Franz Regensburger's Higher-Order Logic of Computable Functions embedding LCF
in HOL.
(* Title: HOLCF/stream.ML
ID: $Id$
Author: Franz Regensburger
Copyright 1993 Technische Universitaet Muenchen
Lemmas for stream.thy
*)
open Stream;
(* ------------------------------------------------------------------------*)
(* The isomorphisms stream_rep_iso and stream_abs_iso are strict *)
(* ------------------------------------------------------------------------*)
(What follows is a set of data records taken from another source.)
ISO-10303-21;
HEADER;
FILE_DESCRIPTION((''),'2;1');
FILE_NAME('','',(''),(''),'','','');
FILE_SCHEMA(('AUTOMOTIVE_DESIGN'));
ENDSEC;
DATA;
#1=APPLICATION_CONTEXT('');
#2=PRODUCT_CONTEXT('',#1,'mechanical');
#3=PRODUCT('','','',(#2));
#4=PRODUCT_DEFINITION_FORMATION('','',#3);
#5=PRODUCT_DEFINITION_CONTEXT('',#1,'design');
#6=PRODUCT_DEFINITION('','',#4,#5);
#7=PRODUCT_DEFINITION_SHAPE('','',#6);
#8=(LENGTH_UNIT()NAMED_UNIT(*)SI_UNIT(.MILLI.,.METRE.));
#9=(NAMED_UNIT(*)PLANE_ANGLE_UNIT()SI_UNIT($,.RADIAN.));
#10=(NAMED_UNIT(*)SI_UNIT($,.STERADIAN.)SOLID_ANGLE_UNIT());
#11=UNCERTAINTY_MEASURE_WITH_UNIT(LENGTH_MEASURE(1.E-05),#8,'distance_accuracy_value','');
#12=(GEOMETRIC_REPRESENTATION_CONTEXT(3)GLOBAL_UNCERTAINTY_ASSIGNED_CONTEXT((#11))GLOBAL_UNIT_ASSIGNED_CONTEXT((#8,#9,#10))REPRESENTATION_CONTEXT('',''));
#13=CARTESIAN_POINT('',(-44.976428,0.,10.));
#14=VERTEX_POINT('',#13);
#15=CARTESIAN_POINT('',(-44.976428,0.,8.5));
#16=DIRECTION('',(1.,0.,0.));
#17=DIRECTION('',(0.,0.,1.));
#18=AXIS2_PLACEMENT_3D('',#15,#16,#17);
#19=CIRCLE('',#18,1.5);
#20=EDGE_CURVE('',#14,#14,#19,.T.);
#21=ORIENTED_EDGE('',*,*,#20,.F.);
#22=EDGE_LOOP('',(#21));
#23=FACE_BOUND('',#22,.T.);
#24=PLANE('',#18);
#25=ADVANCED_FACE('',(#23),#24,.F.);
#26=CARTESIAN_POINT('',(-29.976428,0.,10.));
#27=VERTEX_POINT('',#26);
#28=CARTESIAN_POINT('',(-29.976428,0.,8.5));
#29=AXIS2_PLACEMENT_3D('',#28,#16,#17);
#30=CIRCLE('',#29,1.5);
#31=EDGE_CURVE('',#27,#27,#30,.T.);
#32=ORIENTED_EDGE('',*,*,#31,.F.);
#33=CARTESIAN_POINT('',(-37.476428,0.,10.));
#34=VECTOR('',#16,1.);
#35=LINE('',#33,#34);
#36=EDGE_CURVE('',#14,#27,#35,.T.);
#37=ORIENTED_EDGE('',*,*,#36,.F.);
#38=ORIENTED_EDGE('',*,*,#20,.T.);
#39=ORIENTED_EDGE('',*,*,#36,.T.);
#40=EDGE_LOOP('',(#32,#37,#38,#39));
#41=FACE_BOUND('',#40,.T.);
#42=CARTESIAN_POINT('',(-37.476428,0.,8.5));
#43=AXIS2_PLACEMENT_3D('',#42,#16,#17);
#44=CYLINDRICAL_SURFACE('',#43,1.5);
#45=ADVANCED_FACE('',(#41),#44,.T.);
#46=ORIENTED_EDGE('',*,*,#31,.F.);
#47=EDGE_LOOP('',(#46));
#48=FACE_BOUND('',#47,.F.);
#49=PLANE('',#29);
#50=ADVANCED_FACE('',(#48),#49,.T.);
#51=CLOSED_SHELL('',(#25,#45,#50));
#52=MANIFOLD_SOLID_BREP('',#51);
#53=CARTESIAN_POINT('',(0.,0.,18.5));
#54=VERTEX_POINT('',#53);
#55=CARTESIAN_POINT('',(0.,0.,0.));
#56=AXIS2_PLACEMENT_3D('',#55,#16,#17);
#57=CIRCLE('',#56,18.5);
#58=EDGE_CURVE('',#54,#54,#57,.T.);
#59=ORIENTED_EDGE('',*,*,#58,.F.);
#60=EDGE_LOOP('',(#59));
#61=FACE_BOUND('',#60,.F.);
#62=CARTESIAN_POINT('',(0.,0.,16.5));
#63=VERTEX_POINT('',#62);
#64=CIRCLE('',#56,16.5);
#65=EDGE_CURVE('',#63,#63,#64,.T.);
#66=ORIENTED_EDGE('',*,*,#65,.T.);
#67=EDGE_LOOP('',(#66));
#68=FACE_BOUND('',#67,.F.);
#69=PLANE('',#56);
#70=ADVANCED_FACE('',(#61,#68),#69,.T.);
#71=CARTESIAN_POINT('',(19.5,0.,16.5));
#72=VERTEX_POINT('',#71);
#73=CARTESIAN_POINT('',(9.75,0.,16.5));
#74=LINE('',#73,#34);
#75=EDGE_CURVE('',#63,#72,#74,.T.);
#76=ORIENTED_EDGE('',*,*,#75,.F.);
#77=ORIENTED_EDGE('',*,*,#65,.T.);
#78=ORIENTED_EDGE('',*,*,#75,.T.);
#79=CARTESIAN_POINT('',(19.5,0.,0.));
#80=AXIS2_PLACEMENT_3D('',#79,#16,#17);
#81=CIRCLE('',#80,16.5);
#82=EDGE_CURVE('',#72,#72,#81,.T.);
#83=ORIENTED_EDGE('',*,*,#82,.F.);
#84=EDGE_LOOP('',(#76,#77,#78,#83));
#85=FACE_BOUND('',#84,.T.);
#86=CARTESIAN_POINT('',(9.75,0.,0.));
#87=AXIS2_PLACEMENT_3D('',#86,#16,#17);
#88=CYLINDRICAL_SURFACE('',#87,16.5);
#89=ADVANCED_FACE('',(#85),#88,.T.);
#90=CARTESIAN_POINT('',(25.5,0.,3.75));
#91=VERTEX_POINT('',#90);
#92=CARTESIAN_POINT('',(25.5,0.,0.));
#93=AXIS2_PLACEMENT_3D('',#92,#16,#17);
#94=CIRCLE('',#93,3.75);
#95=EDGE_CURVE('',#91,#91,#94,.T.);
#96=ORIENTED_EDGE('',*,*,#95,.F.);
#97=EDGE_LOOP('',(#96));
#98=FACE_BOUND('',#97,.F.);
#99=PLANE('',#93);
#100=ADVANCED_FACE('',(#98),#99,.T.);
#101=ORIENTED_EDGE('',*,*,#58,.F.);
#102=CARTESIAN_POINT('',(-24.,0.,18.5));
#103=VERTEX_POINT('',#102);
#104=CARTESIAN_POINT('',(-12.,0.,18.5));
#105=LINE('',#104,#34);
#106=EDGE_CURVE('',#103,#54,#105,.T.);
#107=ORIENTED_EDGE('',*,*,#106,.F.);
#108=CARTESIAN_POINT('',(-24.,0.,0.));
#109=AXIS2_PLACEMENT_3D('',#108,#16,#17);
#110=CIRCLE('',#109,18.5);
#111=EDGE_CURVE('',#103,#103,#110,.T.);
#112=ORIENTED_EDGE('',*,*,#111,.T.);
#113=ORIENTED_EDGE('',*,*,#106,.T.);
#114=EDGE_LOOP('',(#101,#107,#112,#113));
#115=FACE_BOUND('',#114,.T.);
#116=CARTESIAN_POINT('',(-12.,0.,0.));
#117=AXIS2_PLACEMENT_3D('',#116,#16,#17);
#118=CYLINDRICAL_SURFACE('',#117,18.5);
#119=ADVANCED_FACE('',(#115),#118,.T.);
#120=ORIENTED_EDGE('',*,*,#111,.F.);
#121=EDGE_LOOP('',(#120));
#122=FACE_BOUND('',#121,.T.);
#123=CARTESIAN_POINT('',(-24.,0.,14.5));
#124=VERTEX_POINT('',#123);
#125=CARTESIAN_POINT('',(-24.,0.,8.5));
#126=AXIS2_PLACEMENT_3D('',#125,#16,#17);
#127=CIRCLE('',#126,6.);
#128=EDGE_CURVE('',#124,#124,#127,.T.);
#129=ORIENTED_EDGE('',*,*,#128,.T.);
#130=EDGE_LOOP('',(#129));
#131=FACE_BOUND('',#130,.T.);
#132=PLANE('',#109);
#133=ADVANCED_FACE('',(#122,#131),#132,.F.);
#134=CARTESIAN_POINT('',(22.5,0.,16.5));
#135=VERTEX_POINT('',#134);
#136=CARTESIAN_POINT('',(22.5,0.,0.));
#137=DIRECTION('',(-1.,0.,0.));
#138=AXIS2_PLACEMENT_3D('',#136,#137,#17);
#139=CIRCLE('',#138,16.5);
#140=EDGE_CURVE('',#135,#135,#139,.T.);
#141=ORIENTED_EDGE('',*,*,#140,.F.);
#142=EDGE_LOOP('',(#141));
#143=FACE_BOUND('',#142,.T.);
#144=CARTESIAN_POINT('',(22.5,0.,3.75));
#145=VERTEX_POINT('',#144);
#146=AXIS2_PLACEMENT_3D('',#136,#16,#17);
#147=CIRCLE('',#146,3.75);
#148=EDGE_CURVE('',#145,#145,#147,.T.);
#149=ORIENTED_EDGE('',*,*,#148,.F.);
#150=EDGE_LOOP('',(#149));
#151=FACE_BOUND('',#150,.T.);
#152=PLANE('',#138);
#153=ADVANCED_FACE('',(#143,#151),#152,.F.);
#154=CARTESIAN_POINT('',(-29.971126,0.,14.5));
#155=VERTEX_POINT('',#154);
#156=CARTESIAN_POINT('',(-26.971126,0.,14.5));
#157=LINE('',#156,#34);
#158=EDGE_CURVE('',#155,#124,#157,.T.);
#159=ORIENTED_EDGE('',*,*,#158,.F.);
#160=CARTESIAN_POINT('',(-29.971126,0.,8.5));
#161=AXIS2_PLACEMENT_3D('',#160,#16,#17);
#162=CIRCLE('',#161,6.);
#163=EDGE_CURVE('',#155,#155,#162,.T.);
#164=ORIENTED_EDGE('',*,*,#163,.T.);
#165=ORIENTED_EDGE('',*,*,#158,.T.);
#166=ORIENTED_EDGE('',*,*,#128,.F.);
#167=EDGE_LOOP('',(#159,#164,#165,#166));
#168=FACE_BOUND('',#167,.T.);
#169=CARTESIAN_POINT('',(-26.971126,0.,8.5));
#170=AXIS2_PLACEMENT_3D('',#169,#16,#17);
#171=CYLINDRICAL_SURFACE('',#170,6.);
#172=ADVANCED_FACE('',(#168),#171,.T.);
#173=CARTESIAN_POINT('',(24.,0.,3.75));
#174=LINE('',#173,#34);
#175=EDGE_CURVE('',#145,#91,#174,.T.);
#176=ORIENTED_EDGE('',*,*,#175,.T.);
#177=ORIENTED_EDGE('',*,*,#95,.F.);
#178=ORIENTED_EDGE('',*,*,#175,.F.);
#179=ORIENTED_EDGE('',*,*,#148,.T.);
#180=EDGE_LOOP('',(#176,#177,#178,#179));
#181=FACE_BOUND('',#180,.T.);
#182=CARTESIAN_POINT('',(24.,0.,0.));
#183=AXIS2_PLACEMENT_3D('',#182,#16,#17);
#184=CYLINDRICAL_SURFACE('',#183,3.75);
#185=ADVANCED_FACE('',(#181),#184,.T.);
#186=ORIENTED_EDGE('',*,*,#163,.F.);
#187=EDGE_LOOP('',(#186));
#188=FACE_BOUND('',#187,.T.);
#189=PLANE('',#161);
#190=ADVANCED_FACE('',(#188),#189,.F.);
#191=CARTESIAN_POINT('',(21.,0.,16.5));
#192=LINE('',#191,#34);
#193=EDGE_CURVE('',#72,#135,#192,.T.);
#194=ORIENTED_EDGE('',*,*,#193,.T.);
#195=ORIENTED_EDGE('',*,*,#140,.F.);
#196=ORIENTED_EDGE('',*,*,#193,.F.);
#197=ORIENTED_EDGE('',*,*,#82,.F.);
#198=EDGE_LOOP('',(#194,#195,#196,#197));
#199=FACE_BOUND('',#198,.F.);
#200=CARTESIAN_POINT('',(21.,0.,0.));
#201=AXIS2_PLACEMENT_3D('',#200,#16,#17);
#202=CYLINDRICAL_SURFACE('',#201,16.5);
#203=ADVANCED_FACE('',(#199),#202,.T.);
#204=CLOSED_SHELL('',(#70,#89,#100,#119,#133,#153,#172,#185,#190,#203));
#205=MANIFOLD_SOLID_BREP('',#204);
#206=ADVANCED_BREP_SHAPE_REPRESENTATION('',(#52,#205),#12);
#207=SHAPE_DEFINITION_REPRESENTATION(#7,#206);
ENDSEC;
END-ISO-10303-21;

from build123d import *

# Parameters (mm, degrees)
F0_W  = 24
F0_H  = 18.5
F2_W  = 19.5
F2_H  = 16.5
F4_W  = 3
F4_H  = 16.5
F6_W  = 3
F6_H  = 3.75
F8_W  = 6
F8_H  = 6
F10_W = 15
F10_H = 1.5


with BuildPart() as f1:
    # F0 (on Front) → F1 (revolve)
    with BuildSketch(Plane.XZ):
        with Locations((-12, 9.25)):
            Rectangle(F0_W, F0_H)
    revolve(axis=Axis((-10.174999, 0, 0), (1, 0, 0)))

    # F2 (on Front) → F3 (revolve)
    with BuildSketch(Plane.XZ):
        with Locations((9.75, 8.25)):
            Rectangle(F2_W, F2_H)
    revolve(axis=Axis((4.448437, 0, 0), (1, 0, 0)))

    # F4 (on Front) → F5 (revolve)
    with BuildSketch(Plane.XZ):
        with Locations((21, 8.25)):
            Rectangle(F4_W, F4_H)
    revolve(axis=Axis((22.131725, 0, 0), (-1, 0, 0)))

    # F6 (on Front) → F7 (revolve)
    with BuildSketch(Plane.XZ):
        with Locations((24, 1.875)):
            Rectangle(F6_W, F6_H)
    revolve(axis=Axis((1.009684, 0, 0), (1, 0, 0)))

    # F8 (on Front) → F9 (revolve)
    with BuildSketch(Plane.XZ):
        with Locations((-26.971126, 11.5)):
            Rectangle(F8_W, F8_H)
    revolve(axis=Axis((-6.492025, 0, 8.5), (1, 0, 0)))


with BuildPart() as f11:
    # F10 (on Front) → F11 (revolve)
    with BuildSketch(Plane.XZ):
        with Locations((-37.476428, 9.25)):
            Rectangle(F10_W, F10_H)
    revolve(axis=Axis((-12.539559, 0, 8.5), (1, 0, 0)))


solid = Compound([f1.part, f11.part])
val stream_iso_strict= stream_rep_iso RS (stream_abs_iso RS
(allI RSN (2,allI RS iso_strict)));
val stream_rews = [stream_iso_strict RS conjunct1,
stream_iso_strict RS conjunct2];
(* ------------------------------------------------------------------------*)
(* Properties of stream_copy *)
(* ------------------------------------------------------------------------*)
fun prover defs thm = prove_goalw Stream.thy defs thm
(fn prems =>
[
(cut_facts_tac prems 1),
(asm_simp_tac (HOLCF_ss addsimps
(stream_rews @ [stream_abs_iso,stream_rep_iso])) 1)
]);
val stream_copy =
[
prover [stream_copy_def] "stream_copy[f][UU]=UU",
prover [stream_copy_def,scons_def]
"x~=UU ==> stream_copy[f][scons[x][xs]]= scons[x][f[xs]]"
];
val stream_rews = stream_copy @ stream_rews;
(* ------------------------------------------------------------------------*)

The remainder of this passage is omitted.